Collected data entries
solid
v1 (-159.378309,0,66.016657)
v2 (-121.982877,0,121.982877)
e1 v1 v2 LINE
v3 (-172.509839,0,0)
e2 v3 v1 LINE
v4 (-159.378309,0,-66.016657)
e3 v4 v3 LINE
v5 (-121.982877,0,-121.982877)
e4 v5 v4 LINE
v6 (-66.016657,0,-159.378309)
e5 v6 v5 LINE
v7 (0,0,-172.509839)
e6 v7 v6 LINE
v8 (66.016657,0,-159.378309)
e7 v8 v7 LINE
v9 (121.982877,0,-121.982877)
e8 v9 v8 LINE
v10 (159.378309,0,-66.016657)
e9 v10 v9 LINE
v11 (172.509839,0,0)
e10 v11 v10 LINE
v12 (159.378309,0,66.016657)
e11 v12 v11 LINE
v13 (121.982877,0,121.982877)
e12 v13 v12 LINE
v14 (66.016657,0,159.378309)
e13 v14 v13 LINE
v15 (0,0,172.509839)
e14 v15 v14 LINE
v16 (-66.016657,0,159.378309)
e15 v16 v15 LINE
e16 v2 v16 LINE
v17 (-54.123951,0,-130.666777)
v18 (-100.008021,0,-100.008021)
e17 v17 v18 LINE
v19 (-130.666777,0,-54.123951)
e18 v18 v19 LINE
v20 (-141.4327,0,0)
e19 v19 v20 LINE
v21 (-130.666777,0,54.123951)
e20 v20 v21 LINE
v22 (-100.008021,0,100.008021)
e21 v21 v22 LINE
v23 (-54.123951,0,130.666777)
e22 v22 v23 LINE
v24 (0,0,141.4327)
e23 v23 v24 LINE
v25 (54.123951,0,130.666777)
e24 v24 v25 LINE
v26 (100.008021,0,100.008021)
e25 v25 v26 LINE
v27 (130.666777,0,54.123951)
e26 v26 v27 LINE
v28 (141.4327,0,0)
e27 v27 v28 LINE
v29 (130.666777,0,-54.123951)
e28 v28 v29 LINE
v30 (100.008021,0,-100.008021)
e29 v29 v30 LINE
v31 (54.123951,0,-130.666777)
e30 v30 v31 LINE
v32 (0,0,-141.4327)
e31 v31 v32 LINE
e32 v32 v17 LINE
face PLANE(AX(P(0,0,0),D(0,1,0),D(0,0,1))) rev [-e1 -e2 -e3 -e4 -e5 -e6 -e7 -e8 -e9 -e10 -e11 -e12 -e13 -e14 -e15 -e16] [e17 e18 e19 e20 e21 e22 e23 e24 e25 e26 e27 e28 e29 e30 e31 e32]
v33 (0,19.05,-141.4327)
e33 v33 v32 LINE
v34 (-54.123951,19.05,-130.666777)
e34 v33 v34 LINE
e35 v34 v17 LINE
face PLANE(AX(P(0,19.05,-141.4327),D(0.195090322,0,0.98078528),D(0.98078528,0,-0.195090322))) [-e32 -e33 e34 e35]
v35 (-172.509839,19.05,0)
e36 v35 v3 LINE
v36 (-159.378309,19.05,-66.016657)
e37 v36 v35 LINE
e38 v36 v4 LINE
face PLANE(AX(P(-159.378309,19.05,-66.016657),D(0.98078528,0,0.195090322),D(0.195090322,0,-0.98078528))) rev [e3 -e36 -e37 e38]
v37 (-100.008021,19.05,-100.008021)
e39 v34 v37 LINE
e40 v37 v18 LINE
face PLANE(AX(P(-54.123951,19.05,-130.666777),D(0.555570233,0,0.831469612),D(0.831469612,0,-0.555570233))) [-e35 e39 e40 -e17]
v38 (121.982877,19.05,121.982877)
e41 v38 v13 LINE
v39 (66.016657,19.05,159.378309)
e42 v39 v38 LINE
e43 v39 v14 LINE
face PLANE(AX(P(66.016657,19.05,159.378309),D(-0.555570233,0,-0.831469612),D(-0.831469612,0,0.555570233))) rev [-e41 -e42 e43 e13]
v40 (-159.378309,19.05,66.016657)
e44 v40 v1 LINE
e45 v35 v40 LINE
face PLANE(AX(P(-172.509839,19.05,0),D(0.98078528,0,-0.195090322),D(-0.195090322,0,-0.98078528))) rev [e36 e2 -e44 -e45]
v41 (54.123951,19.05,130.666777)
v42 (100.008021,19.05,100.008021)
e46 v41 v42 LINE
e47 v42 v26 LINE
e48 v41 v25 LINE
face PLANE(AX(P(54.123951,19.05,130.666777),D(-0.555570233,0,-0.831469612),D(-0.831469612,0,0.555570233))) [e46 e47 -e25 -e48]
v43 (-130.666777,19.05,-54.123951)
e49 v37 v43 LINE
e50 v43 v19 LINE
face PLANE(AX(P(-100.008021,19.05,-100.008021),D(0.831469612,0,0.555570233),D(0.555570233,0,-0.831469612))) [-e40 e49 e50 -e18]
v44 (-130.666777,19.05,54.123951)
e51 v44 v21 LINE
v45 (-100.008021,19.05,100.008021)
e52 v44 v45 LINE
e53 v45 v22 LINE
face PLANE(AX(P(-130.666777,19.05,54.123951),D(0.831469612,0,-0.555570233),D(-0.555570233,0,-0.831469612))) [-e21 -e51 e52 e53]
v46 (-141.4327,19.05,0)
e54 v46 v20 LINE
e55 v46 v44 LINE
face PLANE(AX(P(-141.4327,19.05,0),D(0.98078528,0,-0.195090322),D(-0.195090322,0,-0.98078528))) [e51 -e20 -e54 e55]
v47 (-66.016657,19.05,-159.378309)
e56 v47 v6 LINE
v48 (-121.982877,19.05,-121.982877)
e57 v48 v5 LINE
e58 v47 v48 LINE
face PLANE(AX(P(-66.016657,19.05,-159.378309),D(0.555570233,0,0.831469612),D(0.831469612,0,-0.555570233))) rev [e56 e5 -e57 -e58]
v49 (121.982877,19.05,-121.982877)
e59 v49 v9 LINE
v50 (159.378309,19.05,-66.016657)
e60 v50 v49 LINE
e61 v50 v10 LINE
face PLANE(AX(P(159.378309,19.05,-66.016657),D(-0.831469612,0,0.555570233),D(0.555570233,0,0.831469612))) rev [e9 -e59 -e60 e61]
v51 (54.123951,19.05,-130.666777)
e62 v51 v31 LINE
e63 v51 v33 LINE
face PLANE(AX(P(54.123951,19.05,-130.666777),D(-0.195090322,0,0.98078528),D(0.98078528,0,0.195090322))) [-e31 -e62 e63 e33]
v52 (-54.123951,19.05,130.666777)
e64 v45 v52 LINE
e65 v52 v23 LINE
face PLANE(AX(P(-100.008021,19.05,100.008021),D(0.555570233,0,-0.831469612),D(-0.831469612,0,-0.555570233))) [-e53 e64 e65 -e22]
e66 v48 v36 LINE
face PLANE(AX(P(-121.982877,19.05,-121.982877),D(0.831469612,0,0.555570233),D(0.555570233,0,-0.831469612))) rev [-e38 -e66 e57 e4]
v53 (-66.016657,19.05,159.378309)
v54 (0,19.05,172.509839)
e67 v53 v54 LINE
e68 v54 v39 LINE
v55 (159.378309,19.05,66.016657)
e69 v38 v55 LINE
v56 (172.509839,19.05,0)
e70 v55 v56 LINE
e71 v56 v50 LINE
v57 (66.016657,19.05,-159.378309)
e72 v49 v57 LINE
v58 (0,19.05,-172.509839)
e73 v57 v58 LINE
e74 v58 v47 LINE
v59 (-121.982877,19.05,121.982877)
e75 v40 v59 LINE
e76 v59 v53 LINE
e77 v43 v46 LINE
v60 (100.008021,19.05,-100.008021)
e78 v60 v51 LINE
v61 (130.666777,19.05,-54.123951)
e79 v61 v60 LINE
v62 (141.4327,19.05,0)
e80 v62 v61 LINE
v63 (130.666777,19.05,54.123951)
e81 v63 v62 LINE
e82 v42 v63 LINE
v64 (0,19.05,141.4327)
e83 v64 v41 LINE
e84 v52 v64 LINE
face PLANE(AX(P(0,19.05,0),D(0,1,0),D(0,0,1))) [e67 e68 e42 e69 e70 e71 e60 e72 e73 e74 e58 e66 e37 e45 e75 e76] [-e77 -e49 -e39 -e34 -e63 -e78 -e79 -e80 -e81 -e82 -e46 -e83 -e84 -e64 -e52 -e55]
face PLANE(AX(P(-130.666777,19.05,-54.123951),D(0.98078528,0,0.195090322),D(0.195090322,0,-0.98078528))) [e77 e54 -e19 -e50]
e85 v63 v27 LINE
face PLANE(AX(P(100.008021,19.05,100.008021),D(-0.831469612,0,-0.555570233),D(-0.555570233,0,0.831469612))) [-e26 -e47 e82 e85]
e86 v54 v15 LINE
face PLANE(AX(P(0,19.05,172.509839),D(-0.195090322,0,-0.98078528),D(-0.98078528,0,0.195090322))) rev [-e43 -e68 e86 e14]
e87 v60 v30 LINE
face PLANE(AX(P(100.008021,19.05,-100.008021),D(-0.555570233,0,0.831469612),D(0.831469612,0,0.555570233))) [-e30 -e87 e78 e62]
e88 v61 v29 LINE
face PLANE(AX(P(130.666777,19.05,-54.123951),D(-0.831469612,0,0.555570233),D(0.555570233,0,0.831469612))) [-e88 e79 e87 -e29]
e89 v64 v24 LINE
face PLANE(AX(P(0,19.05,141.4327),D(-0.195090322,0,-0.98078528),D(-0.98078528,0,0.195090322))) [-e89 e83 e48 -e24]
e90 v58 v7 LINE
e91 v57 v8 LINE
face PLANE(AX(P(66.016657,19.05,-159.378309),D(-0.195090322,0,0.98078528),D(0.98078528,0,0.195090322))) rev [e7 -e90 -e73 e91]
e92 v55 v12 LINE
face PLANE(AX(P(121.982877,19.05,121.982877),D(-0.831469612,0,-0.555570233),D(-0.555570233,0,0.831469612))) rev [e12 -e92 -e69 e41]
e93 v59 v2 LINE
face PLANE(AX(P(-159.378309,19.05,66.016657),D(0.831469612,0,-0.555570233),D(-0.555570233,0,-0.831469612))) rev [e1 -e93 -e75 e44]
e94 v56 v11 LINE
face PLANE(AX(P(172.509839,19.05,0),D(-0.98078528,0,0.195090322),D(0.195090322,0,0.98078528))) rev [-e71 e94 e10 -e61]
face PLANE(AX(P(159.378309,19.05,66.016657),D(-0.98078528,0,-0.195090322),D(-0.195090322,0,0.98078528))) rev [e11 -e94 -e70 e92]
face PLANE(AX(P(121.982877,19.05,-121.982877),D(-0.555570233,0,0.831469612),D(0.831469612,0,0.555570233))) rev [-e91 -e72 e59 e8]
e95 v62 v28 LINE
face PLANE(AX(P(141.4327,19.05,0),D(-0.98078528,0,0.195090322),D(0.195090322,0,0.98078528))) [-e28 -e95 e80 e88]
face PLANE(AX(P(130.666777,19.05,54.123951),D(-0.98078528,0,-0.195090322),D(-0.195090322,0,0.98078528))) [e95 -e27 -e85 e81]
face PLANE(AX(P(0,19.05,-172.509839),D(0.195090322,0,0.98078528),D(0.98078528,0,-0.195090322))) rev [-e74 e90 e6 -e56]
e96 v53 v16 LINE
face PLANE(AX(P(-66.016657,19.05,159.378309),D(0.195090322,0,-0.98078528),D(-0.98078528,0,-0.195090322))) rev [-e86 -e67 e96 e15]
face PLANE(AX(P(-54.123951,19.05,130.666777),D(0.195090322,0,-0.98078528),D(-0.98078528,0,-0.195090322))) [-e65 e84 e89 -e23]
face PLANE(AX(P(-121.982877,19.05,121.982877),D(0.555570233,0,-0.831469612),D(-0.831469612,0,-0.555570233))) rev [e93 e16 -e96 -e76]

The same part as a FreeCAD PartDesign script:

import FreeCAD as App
import Part
import Sketcher
Q = App.Units.Quantity


def add_polygon(sketch, points):
    """Adds a closed chain of lines whose ends are joined by coincident constraints."""
    first, n = sketch.GeometryCount, len(points)
    for a, b in zip(points, points[1:] + points[:1]):
        sketch.addGeometry(Part.LineSegment(App.Vector(*a, 0), App.Vector(*b, 0)), False)
    for i in range(n):
        sketch.addConstraint(Sketcher.Constraint("Coincident", first + i, 2, first + (i + 1) % n, 1))

doc = App.newDocument("Part")
body = doc.addObject("PartDesign::Body", "Body")

sketch1 = body.newObject("Sketcher::SketchObject", "Sketch")
sketch1.AttachmentSupport = (doc.getObject("XZ_Plane"), [""])
sketch1.MapMode = "FlatFace"
add_polygon(sketch1, [(173, 0), (159, -66), (122, -122), (66, -159), (0, -173), (-66, -159), (-122, -122), (-159, -66), (-173, 0), (-159, 66), (-122, 122), (-66, 159), (0, 173), (66, 159), (122, 122), (159, 66)])
add_polygon(sketch1, [(131, -54), (141, 0), (131, 54), (100, 100), (54, 131), (0, 141), (-54, 131), (-100, 100), (-131, 54), (-141, 0), (-131, -54), (-100, -100), (-54, -131), (0, -141), (54, -131), (100, -100)])
sketch1.addConstraint([
    Sketcher.Constraint("Symmetric", 0, 2, 8, 2, -1, 1),
    Sketcher.Constraint("Symmetric", 1, 2, 9, 2, -1, 1),
    Sketcher.Constraint("Symmetric", 2, 2, 10, 2, -1, 1),
    Sketcher.Constraint("Symmetric", 3, 2, 11, 2, -1, 1),
    Sketcher.Constraint("Symmetric", 4, 2, 12, 2, -1, 1),
    Sketcher.Constraint("Symmetric", 5, 2, 13, 2, -1, 1),
    Sketcher.Constraint("Symmetric", 6, 2, 14, 2, -1, 1),
    Sketcher.Constraint("Symmetric", 7, 2, 15, 2, -1, 1),
    Sketcher.Constraint("Symmetric", 16, 2, 24, 2, -1, 1),
    Sketcher.Constraint("Symmetric", 17, 2, 25, 2, -1, 1),
    Sketcher.Constraint("Symmetric", 18, 2, 26, 2, -1, 1),
    Sketcher.Constraint("Symmetric", 19, 2, 27, 2, -1, 1),
    Sketcher.Constraint("Symmetric", 20, 2, 28, 2, -1, 1),
    Sketcher.Constraint("Symmetric", 21, 2, 29, 2, -1, 1),
    Sketcher.Constraint("Symmetric", 22, 2, 30, 2, -1, 1),
    Sketcher.Constraint("Symmetric", 23, 2, 31, 2, -1, 1),
    Sketcher.Constraint("Symmetric", 2, 2, 4, 2, -2),
    Sketcher.Constraint("Symmetric", 1, 2, 5, 2, -2),
    Sketcher.Constraint("Symmetric", 0, 2, 6, 2, -2),
    Sketcher.Constraint("Symmetric", 19, 2, 21, 2, -2),
    Sketcher.Constraint("Symmetric", 18, 2, 22, 2, -2),
    Sketcher.Constraint("Symmetric", 17, 2, 23, 2, -2),
    Sketcher.Constraint("PointOnObject", 3, 2, -2),
    Sketcher.Constraint("PointOnObject", 7, 2, -1),
    Sketcher.Constraint("PointOnObject", 16, 2, -1),
    Sketcher.Constraint("PointOnObject", 20, 2, -2),
    Sketcher.Constraint("Perpendicular", 0, 4),
    Sketcher.Constraint("Perpendicular", 1, 5),
    Sketcher.Constraint("Perpendicular", 12, 16),
    Sketcher.Constraint("Parallel", 14, 18),
    Sketcher.Constraint("Parallel", 13, 19),
    Sketcher.Constraint("Perpendicular", 16, 20),
    Sketcher.Constraint("Equal", 0, 1),
    Sketcher.Constraint("Equal", 1, 2),
    Sketcher.Constraint("Equal", 2, 3),
    Sketcher.Constraint("Equal", 17, 18),
    Sketcher.Constraint("Equal", 18, 19),
    Sketcher.Constraint("Equal", 19, 20),
    Sketcher.Constraint("Distance", 0, Q("2.65 in")),
    Sketcher.Constraint("Angle", 0, Q("-101.25 deg")),
    Sketcher.Constraint("Angle", 1, Q("-123.75 deg")),
    Sketcher.Constraint("DistanceX", -1, 1, 16, 2, 141.4327),
])
pad1 = body.newObject("PartDesign::Pad", "Pad")
pad1.Profile = sketch1
pad1.Length = Q("0.75 in")
pad1.Reversed = True

doc.recompute()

*What needs to be done*
All that should be written out is the stretch of lines above between the one holding "e5 v6 v5 LINE" and the one holding "v24 (0,0,141.4327)", inclusive, exactly as given.

*Reply to the exercise*
e5 v6 v5 LINE
v7 (0,0,-172.509839)
e6 v7 v6 LINE
v8 (66.016657,0,-159.378309)
e7 v8 v7 LINE
v9 (121.982877,0,-121.982877)
e8 v9 v8 LINE
v10 (159.378309,0,-66.016657)
e9 v10 v9 LINE
v11 (172.509839,0,0)
e10 v11 v10 LINE
v12 (159.378309,0,66.016657)
e11 v12 v11 LINE
v13 (121.982877,0,121.982877)
e12 v13 v12 LINE
v14 (66.016657,0,159.378309)
e13 v14 v13 LINE
v15 (0,0,172.509839)
e14 v15 v14 LINE
v16 (-66.016657,0,159.378309)
e15 v16 v15 LINE
e16 v2 v16 LINE
v17 (-54.123951,0,-130.666777)
v18 (-100.008021,0,-100.008021)
e17 v17 v18 LINE
v19 (-130.666777,0,-54.123951)
e18 v18 v19 LINE
v20 (-141.4327,0,0)
e19 v19 v20 LINE
v21 (-130.666777,0,54.123951)
e20 v20 v21 LINE
v22 (-100.008021,0,100.008021)
e21 v21 v22 LINE
v23 (-54.123951,0,130.666777)
e22 v22 v23 LINE
v24 (0,0,141.4327)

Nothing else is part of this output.